Jake ElsonIan Paisley was a lightning rod of controversy, but Jake Elson, 20, a Correspondent from Bunbury in Australia, says one legacy of Paisley’s fiery political career is a compromise that took a step toward peace.

“And Death shall have no Dominion”. Though the Reverend Ian Paisley has passed, the memory of his life will live on both positively and negatively.

To Ulster Protestants he was a hero, fighting a series of battles to maintain majority rule and their right of the soil. To Irish Nationalists he was the devil incarnate, a bigoted fundamentalist doing his utmost to maintain a colonial hegemony in the north. As a preacher, he was uncompromising. Fiery and stubborn at the pulpit, he was unshakeable in his beliefs. He was even willing to go to prison rather than admit defeat. However, his legacy will be his role in politics and the eventual acceptance of compromise leading to a solidification of the peace process.

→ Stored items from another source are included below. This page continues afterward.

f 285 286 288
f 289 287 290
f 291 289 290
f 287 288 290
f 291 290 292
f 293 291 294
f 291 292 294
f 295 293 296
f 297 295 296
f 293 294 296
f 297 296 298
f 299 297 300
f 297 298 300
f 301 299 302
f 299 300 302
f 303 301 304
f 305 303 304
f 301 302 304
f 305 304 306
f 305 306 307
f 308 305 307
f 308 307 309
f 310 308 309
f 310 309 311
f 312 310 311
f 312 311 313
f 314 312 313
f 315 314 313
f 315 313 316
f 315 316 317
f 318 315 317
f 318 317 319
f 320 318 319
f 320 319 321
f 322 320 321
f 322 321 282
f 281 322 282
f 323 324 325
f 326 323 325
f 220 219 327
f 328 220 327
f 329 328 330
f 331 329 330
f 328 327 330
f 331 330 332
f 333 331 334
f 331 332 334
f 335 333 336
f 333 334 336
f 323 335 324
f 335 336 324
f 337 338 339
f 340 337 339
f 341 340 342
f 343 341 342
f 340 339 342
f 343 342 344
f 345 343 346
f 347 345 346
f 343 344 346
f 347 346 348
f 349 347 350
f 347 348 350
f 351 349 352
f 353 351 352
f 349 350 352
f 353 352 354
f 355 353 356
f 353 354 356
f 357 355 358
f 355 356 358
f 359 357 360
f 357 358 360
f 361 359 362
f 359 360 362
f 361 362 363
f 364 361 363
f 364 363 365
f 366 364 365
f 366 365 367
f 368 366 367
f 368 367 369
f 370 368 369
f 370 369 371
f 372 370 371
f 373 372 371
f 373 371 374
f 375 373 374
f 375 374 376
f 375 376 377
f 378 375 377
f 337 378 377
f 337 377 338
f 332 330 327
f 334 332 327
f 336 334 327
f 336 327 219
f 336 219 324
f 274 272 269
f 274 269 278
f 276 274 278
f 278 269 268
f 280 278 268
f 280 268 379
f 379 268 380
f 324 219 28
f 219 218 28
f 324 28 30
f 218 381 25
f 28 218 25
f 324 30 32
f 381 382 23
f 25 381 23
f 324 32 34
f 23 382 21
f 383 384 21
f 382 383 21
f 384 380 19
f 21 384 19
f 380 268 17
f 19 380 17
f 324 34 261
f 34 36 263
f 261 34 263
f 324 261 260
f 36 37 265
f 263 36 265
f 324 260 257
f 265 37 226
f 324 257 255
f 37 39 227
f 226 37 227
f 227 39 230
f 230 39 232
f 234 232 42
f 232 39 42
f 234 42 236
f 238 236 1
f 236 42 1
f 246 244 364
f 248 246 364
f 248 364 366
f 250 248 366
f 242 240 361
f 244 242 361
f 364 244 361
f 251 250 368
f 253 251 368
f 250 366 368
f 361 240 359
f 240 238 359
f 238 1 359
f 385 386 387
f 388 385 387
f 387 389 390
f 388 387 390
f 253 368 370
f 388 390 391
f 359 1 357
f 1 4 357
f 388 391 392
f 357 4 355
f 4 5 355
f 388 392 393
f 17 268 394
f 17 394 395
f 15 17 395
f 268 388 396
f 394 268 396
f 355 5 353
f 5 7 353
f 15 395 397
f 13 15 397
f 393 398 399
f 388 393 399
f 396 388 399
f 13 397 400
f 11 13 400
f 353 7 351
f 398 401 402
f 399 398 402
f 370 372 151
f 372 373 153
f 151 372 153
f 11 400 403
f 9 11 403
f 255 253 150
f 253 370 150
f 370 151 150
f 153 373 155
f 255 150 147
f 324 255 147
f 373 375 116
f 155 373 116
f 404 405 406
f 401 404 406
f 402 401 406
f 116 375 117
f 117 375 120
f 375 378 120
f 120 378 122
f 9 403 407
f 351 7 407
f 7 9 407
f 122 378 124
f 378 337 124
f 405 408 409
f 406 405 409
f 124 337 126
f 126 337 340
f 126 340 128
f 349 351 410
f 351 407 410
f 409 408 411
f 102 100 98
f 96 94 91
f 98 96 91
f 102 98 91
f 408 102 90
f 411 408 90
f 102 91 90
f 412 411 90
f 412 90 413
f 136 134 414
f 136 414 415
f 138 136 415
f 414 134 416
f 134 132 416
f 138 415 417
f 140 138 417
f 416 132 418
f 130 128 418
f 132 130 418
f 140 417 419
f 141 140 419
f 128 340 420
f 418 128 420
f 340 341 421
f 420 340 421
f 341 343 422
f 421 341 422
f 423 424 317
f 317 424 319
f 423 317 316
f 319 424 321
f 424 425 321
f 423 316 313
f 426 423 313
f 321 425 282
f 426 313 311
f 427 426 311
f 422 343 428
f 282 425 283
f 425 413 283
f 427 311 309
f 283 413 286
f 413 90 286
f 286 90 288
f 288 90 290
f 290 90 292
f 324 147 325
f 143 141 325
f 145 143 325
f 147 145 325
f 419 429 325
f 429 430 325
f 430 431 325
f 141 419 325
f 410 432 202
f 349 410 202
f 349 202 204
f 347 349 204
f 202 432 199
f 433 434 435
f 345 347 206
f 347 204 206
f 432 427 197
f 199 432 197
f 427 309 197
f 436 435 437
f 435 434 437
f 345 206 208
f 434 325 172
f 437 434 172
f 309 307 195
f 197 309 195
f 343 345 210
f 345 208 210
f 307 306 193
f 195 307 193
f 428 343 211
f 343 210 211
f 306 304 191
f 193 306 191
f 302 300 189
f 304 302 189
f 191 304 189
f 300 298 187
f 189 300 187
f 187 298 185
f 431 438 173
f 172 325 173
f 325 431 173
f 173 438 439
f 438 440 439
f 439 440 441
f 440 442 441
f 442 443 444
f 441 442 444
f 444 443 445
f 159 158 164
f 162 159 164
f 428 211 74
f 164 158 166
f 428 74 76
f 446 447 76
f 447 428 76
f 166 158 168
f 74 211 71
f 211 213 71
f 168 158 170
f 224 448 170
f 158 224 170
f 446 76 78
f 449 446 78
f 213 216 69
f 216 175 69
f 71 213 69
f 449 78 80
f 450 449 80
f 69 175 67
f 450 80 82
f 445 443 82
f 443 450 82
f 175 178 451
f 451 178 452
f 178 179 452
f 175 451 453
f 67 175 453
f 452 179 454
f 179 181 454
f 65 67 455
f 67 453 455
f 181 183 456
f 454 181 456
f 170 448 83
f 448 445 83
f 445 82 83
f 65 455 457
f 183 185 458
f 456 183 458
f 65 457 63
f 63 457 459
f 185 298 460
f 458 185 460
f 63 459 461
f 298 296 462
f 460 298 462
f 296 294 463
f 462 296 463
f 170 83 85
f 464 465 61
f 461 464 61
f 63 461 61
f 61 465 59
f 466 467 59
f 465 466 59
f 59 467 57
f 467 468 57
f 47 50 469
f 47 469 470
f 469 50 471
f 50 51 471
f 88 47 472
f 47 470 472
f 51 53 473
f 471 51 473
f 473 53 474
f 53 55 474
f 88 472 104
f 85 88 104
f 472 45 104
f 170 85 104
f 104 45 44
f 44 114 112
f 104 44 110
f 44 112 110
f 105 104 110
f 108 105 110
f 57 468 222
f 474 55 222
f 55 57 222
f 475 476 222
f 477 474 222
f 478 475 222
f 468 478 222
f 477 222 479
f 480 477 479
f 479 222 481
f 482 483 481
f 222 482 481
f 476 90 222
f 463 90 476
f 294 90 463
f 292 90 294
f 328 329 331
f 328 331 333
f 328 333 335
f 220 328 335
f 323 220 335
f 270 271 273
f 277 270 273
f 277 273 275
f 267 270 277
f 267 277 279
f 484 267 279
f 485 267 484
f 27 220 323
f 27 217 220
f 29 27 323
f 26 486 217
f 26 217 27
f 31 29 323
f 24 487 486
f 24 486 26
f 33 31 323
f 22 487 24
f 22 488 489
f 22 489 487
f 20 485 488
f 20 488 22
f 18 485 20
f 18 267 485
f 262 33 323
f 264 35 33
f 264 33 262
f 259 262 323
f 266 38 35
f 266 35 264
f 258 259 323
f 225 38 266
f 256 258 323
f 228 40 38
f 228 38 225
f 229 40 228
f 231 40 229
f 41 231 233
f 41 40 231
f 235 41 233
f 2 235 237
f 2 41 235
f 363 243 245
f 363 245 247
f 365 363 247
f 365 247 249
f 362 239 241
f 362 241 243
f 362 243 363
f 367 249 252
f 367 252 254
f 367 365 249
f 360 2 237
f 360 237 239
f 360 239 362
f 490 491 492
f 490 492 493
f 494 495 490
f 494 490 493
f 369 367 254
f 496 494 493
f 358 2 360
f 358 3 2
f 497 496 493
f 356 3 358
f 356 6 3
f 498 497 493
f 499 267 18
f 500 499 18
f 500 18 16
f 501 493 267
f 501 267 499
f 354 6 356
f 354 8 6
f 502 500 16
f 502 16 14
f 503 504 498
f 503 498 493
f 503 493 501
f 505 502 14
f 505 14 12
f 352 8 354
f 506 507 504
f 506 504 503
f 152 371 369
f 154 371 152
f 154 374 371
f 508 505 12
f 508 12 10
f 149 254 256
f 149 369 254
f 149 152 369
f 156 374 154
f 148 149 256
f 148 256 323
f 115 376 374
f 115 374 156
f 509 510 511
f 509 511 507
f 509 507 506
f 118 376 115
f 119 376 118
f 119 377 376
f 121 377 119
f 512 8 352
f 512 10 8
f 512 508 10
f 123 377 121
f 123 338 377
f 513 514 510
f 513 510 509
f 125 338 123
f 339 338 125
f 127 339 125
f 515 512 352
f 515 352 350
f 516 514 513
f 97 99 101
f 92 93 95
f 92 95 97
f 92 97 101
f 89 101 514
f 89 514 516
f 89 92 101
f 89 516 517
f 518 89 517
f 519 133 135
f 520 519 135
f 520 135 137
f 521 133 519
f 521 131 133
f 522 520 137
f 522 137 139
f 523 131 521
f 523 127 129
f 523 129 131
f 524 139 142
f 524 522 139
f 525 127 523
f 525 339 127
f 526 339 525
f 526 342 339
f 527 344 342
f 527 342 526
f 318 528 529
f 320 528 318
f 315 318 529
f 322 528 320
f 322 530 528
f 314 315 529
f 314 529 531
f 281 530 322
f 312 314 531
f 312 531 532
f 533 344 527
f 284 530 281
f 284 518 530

As an Australian Catholic with Anglo-Irish heritage, I found Ian Paisley a somewhat complex character at face value. As a preacher, he was a firebrand unwavering in his beliefs. He was a staunch anti-papist, who in 1958 accused the Queen Mother and Princess Margaret of committing adultery. When Pope John XXIII died in 1963, he declared ‘This Romish man of sin is now in Hell!’. His most famous incident was when, in the European Parliament, he denounced Pope John Paul II as the antichrist, leading to his ejection from that sitting. When the British Parliament began to decriminalise homosexuality in 1967, Paisley led the infamous ‘Save Ulster from Sodomy’, which effectively stopped decriminalisation in Northern Ireland until a European Court of Human Rights ruling in 1982. Even though the opinion of the world was against him, he would never back down.

Indeed, it was this fiery rhetoric coupled with his attitude of ‘No Surrender’ that played a major part of escalating the troubles. He was convicted and sentenced to six weeks imprisonment for lobbing snowballs at the visiting Taoiseach, Sean Lemass. An incident in 1964 where a nationalist election candidate flew the Irish Tricolour, prompting a police raid at the behest of a complaint by Paisley himself, led to rioting across Belfast. By that time passion and hatred reached tipping point. Irish Catholics were determined to have their say, culminating in the Northern Irish Civil Rights movement. Rather than try to put out the fire, he led his supporters into it. As a consequence, Paisley would be jailed several times for inciting riots between Catholics and Protestants. These continuing running battles led to the suspension of home rule in Northern Ireland and the presence of the British Army.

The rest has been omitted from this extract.